The same methods and techniques can be and are used in private teaching
sessions and in group meetings by teachers of the Work. A teacher of the Work
is not a couples counselor or a therapist, but these techniques of teaching
students how to defend against the attacks of the superego in themselves and
in others, are part of the overall process of doing the Work.
SELF-EXPRESSION
A child is naturally and spontaneously self-expressive. His expression is his
being; i.e., he expresses what he is just by being himself. He does not try to or
think about expressing himself. And as long as the love of his parents is secure,
his expression stays pure, spontaneous, and self-affirming. Every gesture,
every sound, and every movement expresses his beingness.
This state of affairs does not last for long, as the environment starts exerting
its pressure on the child to conform to it.
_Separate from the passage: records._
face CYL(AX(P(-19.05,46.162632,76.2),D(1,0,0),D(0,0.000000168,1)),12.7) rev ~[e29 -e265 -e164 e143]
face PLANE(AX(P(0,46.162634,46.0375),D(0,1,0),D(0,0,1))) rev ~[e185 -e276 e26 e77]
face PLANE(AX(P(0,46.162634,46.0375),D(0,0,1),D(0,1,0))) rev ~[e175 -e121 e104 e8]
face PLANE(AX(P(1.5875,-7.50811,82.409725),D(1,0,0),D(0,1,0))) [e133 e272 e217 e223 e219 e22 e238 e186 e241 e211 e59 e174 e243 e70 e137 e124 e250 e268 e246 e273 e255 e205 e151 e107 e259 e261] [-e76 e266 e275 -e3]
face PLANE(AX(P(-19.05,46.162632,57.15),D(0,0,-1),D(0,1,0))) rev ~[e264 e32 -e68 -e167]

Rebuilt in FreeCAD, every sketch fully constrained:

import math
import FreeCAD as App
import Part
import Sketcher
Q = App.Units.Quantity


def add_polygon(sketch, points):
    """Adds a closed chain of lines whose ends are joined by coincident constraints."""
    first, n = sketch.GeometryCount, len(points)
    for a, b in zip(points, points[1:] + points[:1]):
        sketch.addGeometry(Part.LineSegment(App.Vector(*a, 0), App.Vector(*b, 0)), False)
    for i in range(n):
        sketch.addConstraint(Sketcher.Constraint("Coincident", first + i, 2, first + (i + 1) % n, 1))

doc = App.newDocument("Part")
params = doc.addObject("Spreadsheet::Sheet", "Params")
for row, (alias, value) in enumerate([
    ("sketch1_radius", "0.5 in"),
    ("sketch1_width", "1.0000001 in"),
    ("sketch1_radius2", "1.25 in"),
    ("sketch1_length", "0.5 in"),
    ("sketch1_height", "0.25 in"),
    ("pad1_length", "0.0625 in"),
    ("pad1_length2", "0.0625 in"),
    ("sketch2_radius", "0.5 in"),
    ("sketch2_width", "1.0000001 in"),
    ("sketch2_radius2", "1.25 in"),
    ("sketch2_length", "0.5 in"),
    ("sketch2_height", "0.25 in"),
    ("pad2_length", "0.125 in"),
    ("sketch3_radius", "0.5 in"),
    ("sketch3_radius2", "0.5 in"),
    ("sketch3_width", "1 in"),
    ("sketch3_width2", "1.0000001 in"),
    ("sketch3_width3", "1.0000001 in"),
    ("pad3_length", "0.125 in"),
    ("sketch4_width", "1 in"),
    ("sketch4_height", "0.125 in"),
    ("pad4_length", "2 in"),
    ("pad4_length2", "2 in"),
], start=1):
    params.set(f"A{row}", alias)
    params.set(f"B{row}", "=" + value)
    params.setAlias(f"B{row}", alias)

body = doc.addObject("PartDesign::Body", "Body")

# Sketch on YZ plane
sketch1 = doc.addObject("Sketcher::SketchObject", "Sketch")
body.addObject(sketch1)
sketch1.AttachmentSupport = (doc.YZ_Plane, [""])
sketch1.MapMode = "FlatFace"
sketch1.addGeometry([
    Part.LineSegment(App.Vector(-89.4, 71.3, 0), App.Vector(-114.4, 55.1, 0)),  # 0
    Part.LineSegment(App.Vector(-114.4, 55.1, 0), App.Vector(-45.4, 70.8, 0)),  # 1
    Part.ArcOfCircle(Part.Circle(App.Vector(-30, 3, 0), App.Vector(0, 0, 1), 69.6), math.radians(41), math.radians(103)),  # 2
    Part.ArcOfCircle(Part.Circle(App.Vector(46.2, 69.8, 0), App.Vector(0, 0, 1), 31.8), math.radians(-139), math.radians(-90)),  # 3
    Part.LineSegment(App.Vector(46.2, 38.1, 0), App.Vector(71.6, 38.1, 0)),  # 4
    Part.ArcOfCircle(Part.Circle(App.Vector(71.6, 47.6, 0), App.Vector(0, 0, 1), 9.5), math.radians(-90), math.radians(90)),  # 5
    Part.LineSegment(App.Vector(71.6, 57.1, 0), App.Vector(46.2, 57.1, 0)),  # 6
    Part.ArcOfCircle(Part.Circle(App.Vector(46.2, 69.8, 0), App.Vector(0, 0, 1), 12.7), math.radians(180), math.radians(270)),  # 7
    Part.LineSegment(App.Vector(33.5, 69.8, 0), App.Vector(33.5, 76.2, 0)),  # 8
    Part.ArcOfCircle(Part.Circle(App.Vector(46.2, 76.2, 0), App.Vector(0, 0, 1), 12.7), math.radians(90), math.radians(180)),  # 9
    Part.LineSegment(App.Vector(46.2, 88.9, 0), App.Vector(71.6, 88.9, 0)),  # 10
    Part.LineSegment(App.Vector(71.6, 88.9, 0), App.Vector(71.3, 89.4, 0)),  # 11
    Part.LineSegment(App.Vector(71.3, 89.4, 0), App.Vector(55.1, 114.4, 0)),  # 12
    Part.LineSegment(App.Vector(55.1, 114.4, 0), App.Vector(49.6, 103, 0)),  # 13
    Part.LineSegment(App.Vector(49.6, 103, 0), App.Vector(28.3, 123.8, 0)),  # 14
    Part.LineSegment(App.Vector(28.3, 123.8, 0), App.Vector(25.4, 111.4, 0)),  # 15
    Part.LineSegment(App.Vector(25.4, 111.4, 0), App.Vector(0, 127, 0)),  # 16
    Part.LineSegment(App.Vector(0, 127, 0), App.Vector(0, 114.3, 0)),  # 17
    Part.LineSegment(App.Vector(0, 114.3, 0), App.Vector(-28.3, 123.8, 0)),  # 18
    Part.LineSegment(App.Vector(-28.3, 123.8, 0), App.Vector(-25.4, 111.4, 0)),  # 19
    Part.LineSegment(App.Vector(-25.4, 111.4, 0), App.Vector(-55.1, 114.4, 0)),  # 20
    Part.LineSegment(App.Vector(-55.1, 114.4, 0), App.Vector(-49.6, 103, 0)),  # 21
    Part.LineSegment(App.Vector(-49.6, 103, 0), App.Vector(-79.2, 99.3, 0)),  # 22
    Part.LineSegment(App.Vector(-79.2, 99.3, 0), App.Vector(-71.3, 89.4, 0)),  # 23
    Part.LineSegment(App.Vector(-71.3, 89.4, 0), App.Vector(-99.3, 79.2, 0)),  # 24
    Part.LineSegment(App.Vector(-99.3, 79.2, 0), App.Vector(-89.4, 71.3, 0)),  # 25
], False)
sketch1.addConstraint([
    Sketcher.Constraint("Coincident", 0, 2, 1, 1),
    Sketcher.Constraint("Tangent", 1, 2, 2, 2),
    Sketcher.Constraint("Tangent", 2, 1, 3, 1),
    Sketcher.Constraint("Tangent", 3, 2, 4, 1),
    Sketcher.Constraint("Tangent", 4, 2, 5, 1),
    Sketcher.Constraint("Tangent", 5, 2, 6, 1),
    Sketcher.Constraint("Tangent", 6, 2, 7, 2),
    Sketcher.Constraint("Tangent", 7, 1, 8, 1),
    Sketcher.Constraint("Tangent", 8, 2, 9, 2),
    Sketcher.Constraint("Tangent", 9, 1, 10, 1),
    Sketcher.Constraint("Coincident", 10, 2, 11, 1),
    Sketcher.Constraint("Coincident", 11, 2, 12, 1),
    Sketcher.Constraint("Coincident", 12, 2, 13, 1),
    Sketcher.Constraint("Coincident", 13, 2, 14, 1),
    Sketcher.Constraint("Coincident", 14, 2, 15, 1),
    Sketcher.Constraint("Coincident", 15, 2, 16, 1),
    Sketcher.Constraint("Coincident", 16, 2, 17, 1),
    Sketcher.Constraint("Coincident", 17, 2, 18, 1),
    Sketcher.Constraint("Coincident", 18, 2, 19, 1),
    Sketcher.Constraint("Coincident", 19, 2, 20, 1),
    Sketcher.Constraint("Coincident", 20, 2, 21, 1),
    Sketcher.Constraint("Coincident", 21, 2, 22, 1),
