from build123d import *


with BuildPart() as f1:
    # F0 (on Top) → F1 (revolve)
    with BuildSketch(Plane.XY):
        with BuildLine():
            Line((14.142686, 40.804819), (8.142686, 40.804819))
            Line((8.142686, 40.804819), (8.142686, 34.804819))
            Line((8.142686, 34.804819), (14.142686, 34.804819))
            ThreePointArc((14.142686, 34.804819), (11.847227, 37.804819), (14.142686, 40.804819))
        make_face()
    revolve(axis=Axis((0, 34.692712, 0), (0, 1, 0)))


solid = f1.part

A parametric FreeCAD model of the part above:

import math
import FreeCAD as App
import Part
import Sketcher

doc = App.newDocument("Part")
body = doc.addObject("PartDesign::Body", "Body")

# Sketch on XY plane
sketch1 = body.newObject("Sketcher::SketchObject", "Sketch")
sketch1.AttachmentSupport = (doc.getObject("XY_Plane"), [""])
sketch1.MapMode = "FlatFace"
sketch1.addGeometry([
    Part.LineSegment(App.Vector(14.1, 40.8, 0), App.Vector(8.1, 40.8, 0)),
    Part.LineSegment(App.Vector(8.1, 40.8, 0), App.Vector(8.1, 34.8, 0)),
    Part.LineSegment(App.Vector(8.1, 34.8, 0), App.Vector(14.1, 34.8, 0)),
    Part.ArcOfCircle(Part.Circle(App.Vector(15, 37.8, 0), App.Vector(0, 0, 1), 3.1), math.radians(105), math.radians(255)),
], False)
sketch1.addConstraint([
    Sketcher.Constraint("Coincident", 0, 2, 1, 1),
    Sketcher.Constraint("Coincident", 1, 2, 2, 1),
    Sketcher.Constraint("Coincident", 2, 2, 3, 2),
    Sketcher.Constraint("Coincident", 3, 1, 0, 1),
    Sketcher.Constraint("Horizontal", 0),
    Sketcher.Constraint("Vertical", 1),
    Sketcher.Constraint("Horizontal", 2),
    Sketcher.Constraint("Vertical", 2, 2, 3, 1),
    Sketcher.Constraint("Equal", 2, 1),
    Sketcher.Constraint("DistanceX", 0, 2, 0, 1, 6.0),
    Sketcher.Constraint("Radius", 3, 3.108122),
    Sketcher.Constraint("DistanceX", -1, 1, 3, 3, 14.955349),
    Sketcher.Constraint("DistanceY", -1, 1, 3, 3, 37.804819),
])
revolution = body.newObject("PartDesign::Revolution", "Revolution")
revolution.Profile = sketch1
revolution.ReferenceAxis = (sketch1, ["V_Axis"])
revolution.Angle = 360

doc.recompute()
We have seen how the parents, as the
representatives of the environment, and as the sources of needed protection
and love, become coercive agencies which shape the personality and future of
the growing child. The child's expression becomes more and more directed
toward them to gain their love and to avoid their displeasure. He learns that it
is permissible to express certain things, and not permissible to express certain
others. The parents become internalized as the superego, which determines
the kind and range of expression for the growing human individual.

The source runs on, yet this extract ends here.